Love, Sweat and Tears
Page 24
One day we caught the fast train in to Amsterdam to look around. It was winter and we were all jacketed up against the weather. When we walked through the red-light district, the scantily clad women were sitting in their windows as usual and Colt kept asking, ‘Why aren’t those girls cold?’ I assured him they probably had very good heaters in their rooms.
Naturally we wanted to see lots of European circuses. Among those we visited was one of the famous Medrano circuses. One was in France, where we caught up with an old friend of Craig’s, Marcel Peters. Marcel specialises in training big cats and was presenting the animal acts for Medrano when we visited, doing one-day stands in the snow and ice. Another show was way down in the south of Spain, one of the Mondial circuses. We drove that long road trip in order to catch up with some of its best performers, the Messoudis. Craig knew Heidi Messoudi from their childhood, a beautiful performer, who married a talented Moroccan tumbler, Siad. Together with their three skilled sons, Yassin, Soffien and Karim, they have become well known in the European circus world as one of the most talented hand balancing and juggling family troupes. They are all beautiful people who were a big inspiration for Colt.

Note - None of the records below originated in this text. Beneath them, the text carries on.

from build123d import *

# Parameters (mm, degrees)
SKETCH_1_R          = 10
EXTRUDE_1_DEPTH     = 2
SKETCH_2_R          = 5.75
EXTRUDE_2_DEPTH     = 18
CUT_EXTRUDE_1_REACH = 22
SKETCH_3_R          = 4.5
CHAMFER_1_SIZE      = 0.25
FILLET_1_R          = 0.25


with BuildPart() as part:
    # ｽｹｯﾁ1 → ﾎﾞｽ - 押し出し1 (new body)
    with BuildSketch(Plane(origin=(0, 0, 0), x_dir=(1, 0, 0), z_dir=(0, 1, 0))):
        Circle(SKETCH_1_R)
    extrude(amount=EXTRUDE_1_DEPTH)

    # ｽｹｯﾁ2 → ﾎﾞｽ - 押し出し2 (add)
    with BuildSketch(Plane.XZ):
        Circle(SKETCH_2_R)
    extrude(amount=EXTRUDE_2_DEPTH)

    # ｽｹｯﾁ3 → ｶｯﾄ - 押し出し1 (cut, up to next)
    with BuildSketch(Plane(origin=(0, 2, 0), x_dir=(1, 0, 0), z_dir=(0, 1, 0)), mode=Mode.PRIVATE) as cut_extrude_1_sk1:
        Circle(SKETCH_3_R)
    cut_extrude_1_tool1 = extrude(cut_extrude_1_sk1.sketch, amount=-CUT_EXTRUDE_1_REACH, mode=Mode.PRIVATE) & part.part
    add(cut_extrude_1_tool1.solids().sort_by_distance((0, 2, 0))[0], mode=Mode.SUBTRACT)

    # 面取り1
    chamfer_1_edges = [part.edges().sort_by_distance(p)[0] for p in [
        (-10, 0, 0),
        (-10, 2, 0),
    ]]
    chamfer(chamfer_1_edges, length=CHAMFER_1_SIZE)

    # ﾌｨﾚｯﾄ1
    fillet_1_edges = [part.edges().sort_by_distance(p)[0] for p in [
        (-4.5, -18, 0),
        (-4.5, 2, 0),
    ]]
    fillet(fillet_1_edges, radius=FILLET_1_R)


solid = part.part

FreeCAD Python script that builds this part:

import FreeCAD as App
import Part
import Sketcher
from FreeCAD import Vector


def edges_at(feature, points):
    """Names of the edges that pass closest to the given points."""
    edges = feature.Shape.Edges
    near = lambda p: min(range(len(edges)), key=lambda i: edges[i].distToShape(Part.Vertex(*p))[0])
    return sorted({f"Edge{near(p) + 1}" for p in points})

doc = App.newDocument("Part")
body = doc.addObject("PartDesign::Body", "Body")

sketch1 = body.newObject("Sketcher::SketchObject", "Sketch")
sketch1.AttachmentSupport = (doc.getObject("XZ_Plane"), [""])
sketch1.MapMode = "FlatFace"
sketch1.addGeometry(Part.Circle(Vector(0, 0, 0), Vector(0, 0, 1), 10), False)
sketch1.addConstraint([
    Sketcher.Constraint("Coincident", 0, 3, -1, 1),
    Sketcher.Constraint("Diameter", 0, 20.0),
])
pad1 = body.newObject("PartDesign::Pad", "Pad")
pad1.Profile = sketch1
pad1.Length = 2
pad1.Reversed = True

sketch2 = body.newObject("Sketcher::SketchObject", "Sketch001")
sketch2.AttachmentSupport = (doc.getObject("XZ_Plane"), [""])
sketch2.MapMode = "FlatFace"
sketch2.addGeometry(Part.Circle(Vector(0, 0, 0), Vector(0, 0, 1), 6), False)
sketch2.addConstraint([
    Sketcher.Constraint("Coincident", 0, 3, -1, 1),
    Sketcher.Constraint("Diameter", 0, 11.5),
])
pad2 = body.newObject("PartDesign::Pad", "Pad001")
pad2.Profile = sketch2
pad2.Length = 18

sketch3 = body.newObject("Sketcher::SketchObject", "Sketch002")
sketch3.AttachmentSupport = (doc.getObject("XZ_Plane"), [""])
sketch3.MapMode = "FlatFace"
sketch3.AttachmentOffset = App.Placement(Vector(0, 0, -2), App.Rotation())
sketch3.addGeometry(Part.Circle(Vector(0, 0, 0), Vector(0, 0, 1), 4.5), False)
sketch3.addConstraint([
    Sketcher.Constraint("Coincident", 0, 3, -1, 1),
    Sketcher.Constraint("Diameter", 0, 9.0),
])
pocket1 = body.newObject("PartDesign::Pocket", "Pocket")
pocket1.Profile = sketch3
pocket1.Type = "UpToFirst"
pocket1.Reversed = True
doc.recompute()

chamfer = body.newObject("PartDesign::Chamfer", "Chamfer")
chamfer.Base = (pocket1, edges_at(pocket1, [(-10, 0, 0), (-10, 2, 0)]))
chamfer.Size = 0.25
doc.recompute()

fillet = body.newObject("PartDesign::Fillet", "Fillet")
fillet.Base = (chamfer, edges_at(chamfer, [(-4.5, -18, 0), (-4.5, 2, 0)]))
fillet.Radius = 0.25

doc.recompute()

Before we left Paris we also saw the Cirque d’Hiver Bouglione, which has been running since 1852. It is a non-travelling circus that shows in a permanent building year in and year out, and I was in awe of each of the acts and the regal atmosphere—in fact, the entire production.
With its extensive history, European circus culture is very different to the culture of Australian circus. The old circus families in Europe are one step down from royalty. There are sometimes four or five generations of family working in the same show and the lifestyle is heavily ingrained into each generation. In many places, being in circus is considered very prestigious. By contrast, when Craig’s grandfather, Perc, started Bullen’s Circus in the early 1920s and then worked through the Great Depression, nobody had any money. There was no background or history; he literally headed off with one truck, a pony and a monkey.

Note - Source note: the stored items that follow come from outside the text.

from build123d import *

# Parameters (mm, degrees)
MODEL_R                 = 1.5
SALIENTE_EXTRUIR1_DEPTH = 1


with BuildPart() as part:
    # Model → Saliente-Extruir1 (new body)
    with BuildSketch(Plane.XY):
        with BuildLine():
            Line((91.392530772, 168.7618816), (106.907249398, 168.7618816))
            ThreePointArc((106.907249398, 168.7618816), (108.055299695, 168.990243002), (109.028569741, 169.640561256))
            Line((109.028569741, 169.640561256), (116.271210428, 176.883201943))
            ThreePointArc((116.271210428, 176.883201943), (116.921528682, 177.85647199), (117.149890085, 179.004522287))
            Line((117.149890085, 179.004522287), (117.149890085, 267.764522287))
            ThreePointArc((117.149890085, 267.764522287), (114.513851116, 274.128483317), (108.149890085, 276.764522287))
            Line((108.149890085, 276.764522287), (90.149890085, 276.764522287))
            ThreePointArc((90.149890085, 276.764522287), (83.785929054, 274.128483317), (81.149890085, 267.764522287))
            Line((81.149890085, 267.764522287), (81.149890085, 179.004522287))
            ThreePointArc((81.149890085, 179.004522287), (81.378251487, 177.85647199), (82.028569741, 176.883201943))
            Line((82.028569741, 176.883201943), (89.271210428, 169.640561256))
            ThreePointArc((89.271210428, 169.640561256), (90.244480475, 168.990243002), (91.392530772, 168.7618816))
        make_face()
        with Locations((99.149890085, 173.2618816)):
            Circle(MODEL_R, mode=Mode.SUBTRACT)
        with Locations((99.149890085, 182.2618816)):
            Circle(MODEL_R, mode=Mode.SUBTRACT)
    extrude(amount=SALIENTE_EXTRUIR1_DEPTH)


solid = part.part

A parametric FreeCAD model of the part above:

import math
import FreeCAD as App
import Part
import Sketcher
from FreeCAD import Vector
Q = App.Units.Quantity

doc = App.newDocument("Part")
body = doc.addObject("PartDesign::Body", "Body")

sketch1 = body.newObject("Sketcher::SketchObject", "Sketch")
sketch1.AttachmentSupport = (doc.getObject("XY_Plane"), [""])
sketch1.MapMode = "FlatFace"
sketch1.addGeometry([
    Part.LineSegment(Vector(91.4, 168.8, 0), Vector(106.9, 168.8, 0)),
    Part.ArcOfCircle(Part.Circle(Vector(106.9, 171.8, 0), Vector(0, 0, 1), 3), math.radians(-90), math.radians(-45)),
    Part.LineSegment(Vector(109, 169.6, 0), Vector(116.3, 176.9, 0)),
    Part.ArcOfCircle(Part.Circle(Vector(114.1, 179, 0), Vector(0, 0, 1), 3), math.radians(-45), math.radians(0)),
    Part.LineSegment(Vector(117.1, 179, 0), Vector(117.1, 267.8, 0)),
    Part.ArcOfCircle(Part.Circle(Vector(108.1, 267.8, 0), Vector(0, 0, 1), 9), math.radians(0), math.radians(90)),
    Part.LineSegment(Vector(108.1, 276.8, 0), Vector(90.1, 276.8, 0)),
    Part.ArcOfCircle(Part.Circle(Vector(90.1, 267.8, 0), Vector(0, 0, 1), 9), math.radians(90), math.radians(180)),
    Part.LineSegment(Vector(81.1, 267.8, 0), Vector(81.1, 179, 0)),
    Part.ArcOfCircle(Part.Circle(Vector(84.1, 179, 0), Vector(0, 0, 1), 3), math.radians(180), math.radians(225)),
    Part.LineSegment(Vector(82, 176.9, 0), Vector(89.3, 169.6, 0)),
    Part.ArcOfCircle(Part.Circle(Vector(91.4, 171.8, 0), Vector(0, 0, 1), 3), math.radians(-135), math.radians(-90)),
    Part.Circle(Vector(99.1, 173.3, 0), Vector(0, 0, 1), 1.5),
    Part.Circle(Vector(99.1, 182.3, 0), Vector(0, 0, 1), 1.5),
], False)
sketch1.addConstraint([
    Sketcher.Constraint("Tangent", 0, 2, 1, 1),
    Sketcher.Constraint("Tangent", 1, 2, 2, 1),
    Sketcher.Constraint("Tangent", 2, 2, 3, 1),
    Sketcher.Constraint("Tangent", 3, 2, 4, 1),
    Sketcher.Constraint("Tangent", 4, 2, 5, 1),
    Sketcher.Constraint("Tangent", 5, 2, 6, 1),
    Sketcher.Constraint("Tangent", 6, 2, 7, 1),
    Sketcher.Constraint("Tangent", 7, 2, 8, 1),
    Sketcher.Constraint("Tangent", 8, 2, 9, 1),
    Sketcher.Constraint("Tangent", 9, 2, 10, 1),
    Sketcher.Constraint("Tangent", 10, 2, 11, 1),
    Sketcher.Constraint("Tangent", 11, 2, 0, 1),
    Sketcher.Constraint("Horizontal", 0),
    Sketcher.Constraint("Vertical", 4),
    Sketcher.Constraint("Horizontal", 6),
    Sketcher.Constraint("Vertical", 8),
    Sketcher.Constraint("Equal", 1, 3),
    Sketcher.Constraint("Equal", 5, 7),
    Sketcher.Constraint("Equal", 3, 9),
    Sketcher.Constraint("Equal", 9, 11),
    Sketcher.Constraint("Equal", 12, 13),
    Sketcher.Constraint("Perpendicular", 2, 10),
    Sketcher.Constraint("Horizontal", 3, 3, 9, 3),
    Sketcher.Constraint("Horizontal", 2, 2, 9, 2),
    Sketcher.Constraint("Vertical", 12, 3, 13, 3),
    Sketcher.Constraint("Diameter", 12, Q("3 mm")),
    Sketcher.Constraint("Radius", 1, Q("3 mm")),
    Sketcher.Constraint("Radius", 5, Q("9 mm")),
    Sketcher.Constraint("DistanceX", 6, 2, 6, 1, Q("18 mm")),
    Sketcher.Constraint("DistanceX", 12, 3, 3, 3, Q("15 mm")),
    Sketcher.Constraint("DistanceY", 12, 3, 13, 3, Q("9 mm")),
    Sketcher.Constraint("DistanceY", 4, 1, 4, 2, Q("88.76 mm")),
    Sketcher.Constraint("DistanceY", 11, 3, 12, 3, Q("1.5 mm")),
    Sketcher.Constraint("DistanceX", 0, 1, 0, 2, Q("15.514719 mm")),
    Sketcher.Constraint("DistanceY", -1, 1, 2, 2, Q("176.883202 mm")),
    Sketcher.Constraint("DistanceX", -1, 1, 1, 3, Q("106.907249 mm")),
])
pad1 = body.newObject("PartDesign::Pad", "Pad")
pad1.Profile = sketch1
pad1.Length = 1

doc.recompute()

When people go to watch a circus in Europe, they dress up. It reminded me of how beautifully dressed and presented Cleo always was. Craig tells stories of Stafford and Perc putting up tents in their three-piece suits, because so many of the townsfolk would come to watch the big top go up.
On our way to Spain, Craig, Colt and I called into Mario Luraschi’s, unannounced.

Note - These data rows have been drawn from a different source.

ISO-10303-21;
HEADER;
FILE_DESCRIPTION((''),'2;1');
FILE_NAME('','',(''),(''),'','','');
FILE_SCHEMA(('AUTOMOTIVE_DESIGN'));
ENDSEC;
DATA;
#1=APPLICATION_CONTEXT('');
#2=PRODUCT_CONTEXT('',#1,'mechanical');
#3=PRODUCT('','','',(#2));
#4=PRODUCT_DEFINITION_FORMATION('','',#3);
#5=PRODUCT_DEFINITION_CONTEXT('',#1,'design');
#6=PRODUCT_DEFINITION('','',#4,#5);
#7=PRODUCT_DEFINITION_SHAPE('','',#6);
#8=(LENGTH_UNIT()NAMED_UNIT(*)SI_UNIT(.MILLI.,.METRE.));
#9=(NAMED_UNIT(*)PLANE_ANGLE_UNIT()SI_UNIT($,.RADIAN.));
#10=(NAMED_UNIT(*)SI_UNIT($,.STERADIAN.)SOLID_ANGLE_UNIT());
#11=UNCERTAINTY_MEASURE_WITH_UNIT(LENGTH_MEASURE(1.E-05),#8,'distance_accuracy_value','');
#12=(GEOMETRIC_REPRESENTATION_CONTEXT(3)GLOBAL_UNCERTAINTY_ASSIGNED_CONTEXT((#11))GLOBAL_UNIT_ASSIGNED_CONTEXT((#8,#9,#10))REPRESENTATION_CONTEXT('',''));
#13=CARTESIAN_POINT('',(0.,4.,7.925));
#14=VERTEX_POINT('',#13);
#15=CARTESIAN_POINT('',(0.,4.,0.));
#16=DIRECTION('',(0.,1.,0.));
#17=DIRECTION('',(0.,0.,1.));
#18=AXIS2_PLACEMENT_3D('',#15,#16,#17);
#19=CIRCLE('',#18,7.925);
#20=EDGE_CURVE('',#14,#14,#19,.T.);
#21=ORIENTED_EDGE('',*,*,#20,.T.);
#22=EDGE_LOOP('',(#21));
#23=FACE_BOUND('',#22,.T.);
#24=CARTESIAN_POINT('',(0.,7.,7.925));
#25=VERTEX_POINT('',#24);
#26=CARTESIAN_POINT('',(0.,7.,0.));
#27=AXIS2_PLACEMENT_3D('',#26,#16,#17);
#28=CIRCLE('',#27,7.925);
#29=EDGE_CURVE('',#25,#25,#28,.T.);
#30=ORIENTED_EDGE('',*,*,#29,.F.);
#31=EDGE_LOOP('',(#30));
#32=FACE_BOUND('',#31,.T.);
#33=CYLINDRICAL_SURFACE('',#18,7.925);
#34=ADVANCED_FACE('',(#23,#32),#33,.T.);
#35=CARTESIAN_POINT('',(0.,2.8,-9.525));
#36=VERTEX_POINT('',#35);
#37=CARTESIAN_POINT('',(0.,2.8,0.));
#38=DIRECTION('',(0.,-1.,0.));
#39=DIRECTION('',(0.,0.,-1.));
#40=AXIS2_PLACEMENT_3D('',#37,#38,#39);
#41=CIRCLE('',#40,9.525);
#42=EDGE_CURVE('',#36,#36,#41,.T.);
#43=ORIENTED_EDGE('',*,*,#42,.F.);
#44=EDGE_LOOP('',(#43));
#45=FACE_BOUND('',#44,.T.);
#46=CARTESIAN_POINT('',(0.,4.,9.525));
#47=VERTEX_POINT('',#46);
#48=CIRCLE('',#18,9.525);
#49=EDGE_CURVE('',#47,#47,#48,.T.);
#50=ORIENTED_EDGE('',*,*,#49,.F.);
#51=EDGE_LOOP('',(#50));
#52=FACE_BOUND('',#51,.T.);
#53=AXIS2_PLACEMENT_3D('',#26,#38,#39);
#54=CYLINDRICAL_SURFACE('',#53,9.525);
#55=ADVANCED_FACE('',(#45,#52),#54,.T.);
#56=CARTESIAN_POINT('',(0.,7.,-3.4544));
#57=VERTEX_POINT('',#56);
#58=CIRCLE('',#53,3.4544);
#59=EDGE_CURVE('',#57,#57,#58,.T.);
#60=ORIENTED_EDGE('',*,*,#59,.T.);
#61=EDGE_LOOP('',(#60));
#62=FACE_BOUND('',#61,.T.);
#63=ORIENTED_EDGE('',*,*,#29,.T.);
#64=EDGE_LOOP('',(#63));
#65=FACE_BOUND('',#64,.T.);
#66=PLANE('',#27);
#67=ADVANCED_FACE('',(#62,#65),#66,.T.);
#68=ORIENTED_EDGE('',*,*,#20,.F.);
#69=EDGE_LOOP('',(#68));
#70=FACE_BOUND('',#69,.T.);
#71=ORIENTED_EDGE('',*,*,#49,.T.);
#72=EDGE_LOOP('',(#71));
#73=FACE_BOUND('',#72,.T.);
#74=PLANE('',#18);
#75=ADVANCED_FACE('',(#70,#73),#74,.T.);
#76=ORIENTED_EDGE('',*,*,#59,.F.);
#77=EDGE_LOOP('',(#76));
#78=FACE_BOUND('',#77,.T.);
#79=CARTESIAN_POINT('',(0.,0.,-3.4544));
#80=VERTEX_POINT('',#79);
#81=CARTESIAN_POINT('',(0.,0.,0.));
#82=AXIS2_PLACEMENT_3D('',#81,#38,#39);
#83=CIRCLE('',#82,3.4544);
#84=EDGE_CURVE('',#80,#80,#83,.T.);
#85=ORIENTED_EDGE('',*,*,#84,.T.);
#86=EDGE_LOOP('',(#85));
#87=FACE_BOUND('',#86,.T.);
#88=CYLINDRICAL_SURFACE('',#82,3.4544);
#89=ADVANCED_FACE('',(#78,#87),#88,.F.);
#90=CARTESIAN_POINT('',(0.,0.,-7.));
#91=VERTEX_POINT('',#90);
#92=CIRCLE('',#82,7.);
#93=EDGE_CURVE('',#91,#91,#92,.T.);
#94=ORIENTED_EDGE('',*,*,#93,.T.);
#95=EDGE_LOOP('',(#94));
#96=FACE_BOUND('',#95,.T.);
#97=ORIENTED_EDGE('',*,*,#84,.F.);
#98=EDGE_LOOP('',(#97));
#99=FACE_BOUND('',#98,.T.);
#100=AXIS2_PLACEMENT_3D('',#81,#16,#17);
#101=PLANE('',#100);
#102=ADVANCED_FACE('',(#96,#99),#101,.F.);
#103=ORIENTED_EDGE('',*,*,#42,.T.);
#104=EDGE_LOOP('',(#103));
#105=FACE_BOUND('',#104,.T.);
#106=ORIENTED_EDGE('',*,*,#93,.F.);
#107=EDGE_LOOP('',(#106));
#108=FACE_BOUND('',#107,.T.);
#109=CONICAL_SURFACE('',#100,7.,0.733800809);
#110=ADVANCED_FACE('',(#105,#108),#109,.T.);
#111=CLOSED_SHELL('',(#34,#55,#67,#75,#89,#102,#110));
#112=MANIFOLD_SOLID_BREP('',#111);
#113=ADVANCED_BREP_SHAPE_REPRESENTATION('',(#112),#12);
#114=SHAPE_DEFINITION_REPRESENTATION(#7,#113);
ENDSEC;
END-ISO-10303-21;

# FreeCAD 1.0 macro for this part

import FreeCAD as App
import Part
import Sketcher
Q = App.Units.Quantity

doc = App.newDocument("Part")
params = doc.addObject("Spreadsheet::Sheet", "Params")
for row, (alias, value) in enumerate([
    ("sketch1_diameter", "19.05 mm"),
    ("pad1_length", "7 mm"),
    ("hole_diameter", "6.9088 mm"),
    ("sketch3_diameter", "15.85 mm"),
    ("pocket1_length", "3 mm"),
    ("groove_angle", "360 deg"),
], start=1):
    params.set(f"A{row}", alias)
    params.set(f"B{row}", "=" + value)
    params.setAlias(f"B{row}", alias)

body = doc.addObject("PartDesign::Body", "Body")

sketch1 = body.newObject("Sketcher::SketchObject", "Sketch")
sketch1.AttachmentSupport = (doc.getObject("XZ_Plane"), [""])
sketch1.MapMode = "FlatFace"
sketch1.addGeometry(Part.Circle(App.Vector(0, 0, 0), App.Vector(0, 0, 1), 10), False)
sketch1.addConstraint(Sketcher.Constraint("Coincident", 0, 3, -1, 1))
sketch1.addConstraint(Sketcher.Constraint("Diameter", 0, Q("19.05 mm")))
sketch1.setExpression("Constraints[1]", "Params.sketch1_diameter")
pad1 = body.newObject("PartDesign::Pad", "Pad")
pad1.Profile = sketch1
pad1.setExpression("Length", "Params.pad1_length")
pad1.Reversed = True

sketch2 = body.newObject("Sketcher::SketchObject", "Sketch001")
sketch2.AttachmentSupport = (doc.getObject("XZ_Plane"), [""])
sketch2.MapMode = "FlatFace"
sketch2.addGeometry(Part.Circle(App.Vector(0, 0, 0), App.Vector(0, 0, 1), 3.5), False)
sketch2.addConstraint(Sketcher.Constraint("Coincident", 0, 3, -1, 1))
sketch2.addConstraint(Sketcher.Constraint("Diameter", 0, Q("6.9088 mm")))
doc.recompute()
hole = body.newObject("PartDesign::Hole", "Hole")
hole.Profile = sketch2
hole.ThreadType = "None"
hole.setExpression("Diameter", "Params.hole_diameter")
hole.DepthType = "ThroughAll"

sketch3 = body.newObject("Sketcher::SketchObject", "Sketch002")
sketch3.AttachmentSupport = (doc.getObject("XZ_Plane"), [""])
sketch3.MapMode = "FlatFace"
sketch3.AttachmentOffset = App.Placement(App.Vector(0, 0, -7), App.Rotation())
sketch3.addGeometry(Part.LineSegment(App.Vector(-13, -13, 0), App.Vector(-13, 13, 0)), False)
sketch3.addGeometry(Part.LineSegment(App.Vector(-13, 13, 0), App.Vector(13, 13, 0)), False)
sketch3.addGeometry(Part.LineSegment(App.Vector(13, 13, 0), App.Vector(13, -13, 0)), False)
sketch3.addGeometry(Part.LineSegment(App.Vector(13, -13, 0), App.Vector(-13, -13, 0)), False)
sketch3.addGeometry(Part.Circle(App.Vector(0, 0, 0), App.Vector(0, 0, 1), 8), False)
sketch3.addConstraint(Sketcher.Constraint("Coincident", 0, 2, 1, 1))
sketch3.addConstraint(Sketcher.Constraint("Coincident", 1, 2, 2, 1))
sketch3.addConstraint(Sketcher.Constraint("Coincident", 2, 2, 3, 1))
sketch3.addConstraint(Sketcher.Constraint("Coincident", 3, 2, 0, 1))
sketch3.addConstraint(Sketcher.Constraint("Vertical", 0))
sketch3.addConstraint(Sketcher.Constraint("Horizontal", 1))
sketch3.addConstraint(Sketcher.Constraint("Vertical", 2))
sketch3.addConstraint(Sketcher.Constraint("Horizontal", 3))
sketch3.addConstraint(Sketcher.Constraint("Coincident", 4, 3, -1, 1))
sketch3.addConstraint(Sketcher.Constraint("Symmetric", 0, 2, 2, 2, -1, 1))
sketch3.addConstraint(Sketcher.Constraint("Equal", 3, 0))
sketch3.addConstraint(Sketcher.Constraint("Diameter", 4, Q("15.85 mm")))
sketch3.addConstraint(Sketcher.Constraint("DistanceX", 1, 1, 1, 2, Q("26.618 mm")))
sketch3.setExpression("Constraints[11]", "Params.sketch3_diameter")
pocket1 = body.newObject("PartDesign::Pocket", "Pocket")
pocket1.Profile = sketch3
pocket1.setExpression("Length", "Params.pocket1_length")
pocket1.Reversed = True

sketch4 = body.newObject("Sketcher::SketchObject", "Sketch003")
sketch4.AttachmentSupport = (doc.getObject("XY_Plane"), [""])
sketch4.MapMode = "FlatFace"
sketch4.addGeometry(Part.LineSegment(App.Vector(-7, 0, 0), App.Vector(-9.5, 2.8, 0)), False)
sketch4.addGeometry(Part.LineSegment(App.Vector(-9.5, 2.8, 0), App.Vector(-11.9, 2.8, 0)), False)
sketch4.addGeometry(Part.LineSegment(App.Vector(-11.9, 2.8, 0), App.Vector(-11.9, -3.8, 0)), False)
sketch4.addGeometry(Part.LineSegment(App.Vector(-11.9, -3.8, 0), App.Vector(-7, -3.8, 0)), False)
sketch4.addGeometry(Part.LineSegment(App.Vector(-7, -3.8, 0), App.Vector(-7, 0, 0)), False)
sketch4.addConstraint(Sketcher.Constraint("Coincident", 0, 2, 1, 1))
sketch4.addConstraint(Sketcher.Constraint("Coincident", 1, 2, 2, 1))
sketch4.addConstraint(Sketcher.Constraint("Coincident", 2, 2, 3, 1))
sketch4.addConstraint(Sketcher.Constraint("Coincident", 3, 2, 4, 1))
sketch4.addConstraint(Sketcher.Constraint("Coincident", 4, 2, 0, 1))
sketch4.addConstraint(Sketcher.Constraint("Horizontal", 1))
sketch4.addConstraint(Sketcher.Constraint("Vertical", 2))
sketch4.addConstraint(Sketcher.Constraint("Horizontal", 3))
sketch4.addConstraint(Sketcher.Constraint("Vertical", 4))
sketch4.addConstraint(Sketcher.Constraint("PointOnObject", 4, 2, -1))
sketch4.addConstraint(Sketcher.Constraint("DistanceX", 3, 2, -1, 1, Q("7 mm")))
sketch4.addConstraint(Sketcher.Constraint("DistanceY", -1, 1, 0, 2, Q("2.8 mm")))
sketch4.addConstraint(Sketcher.Constraint("DistanceX", 0, 2, -1, 1, Q("9.525 mm")))
sketch4.addConstraint(Sketcher.Constraint("DistanceY", 2, 2, 2, 1, Q("6.61139 mm")))
sketch4.addConstraint(Sketcher.Constraint("DistanceX", 1, 2, 1, 1, Q("2.333525 mm")))
groove = body.newObject("PartDesign::Groove", "Groove")
groove.Profile = sketch4
groove.ReferenceAxis = (sketch4, ["V_Axis"])
groove.setExpression("Angle", "Params.groove_angle")

doc.recompute()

All those years ago, I had phoned him after Mum was given the all-clear from breast cancer. He had asked how Mum was, and I told him he had been right—it hadn’t been life-threatening and she had made a full recovery. He’d then asked when I was coming back; I told him I would like to one day, but not yet. I then explained that I had fallen in love with Craig, at which he had laughed and said, ‘Oh, love, love—what you know of love? OK, we wait. When your love finished, you come back.’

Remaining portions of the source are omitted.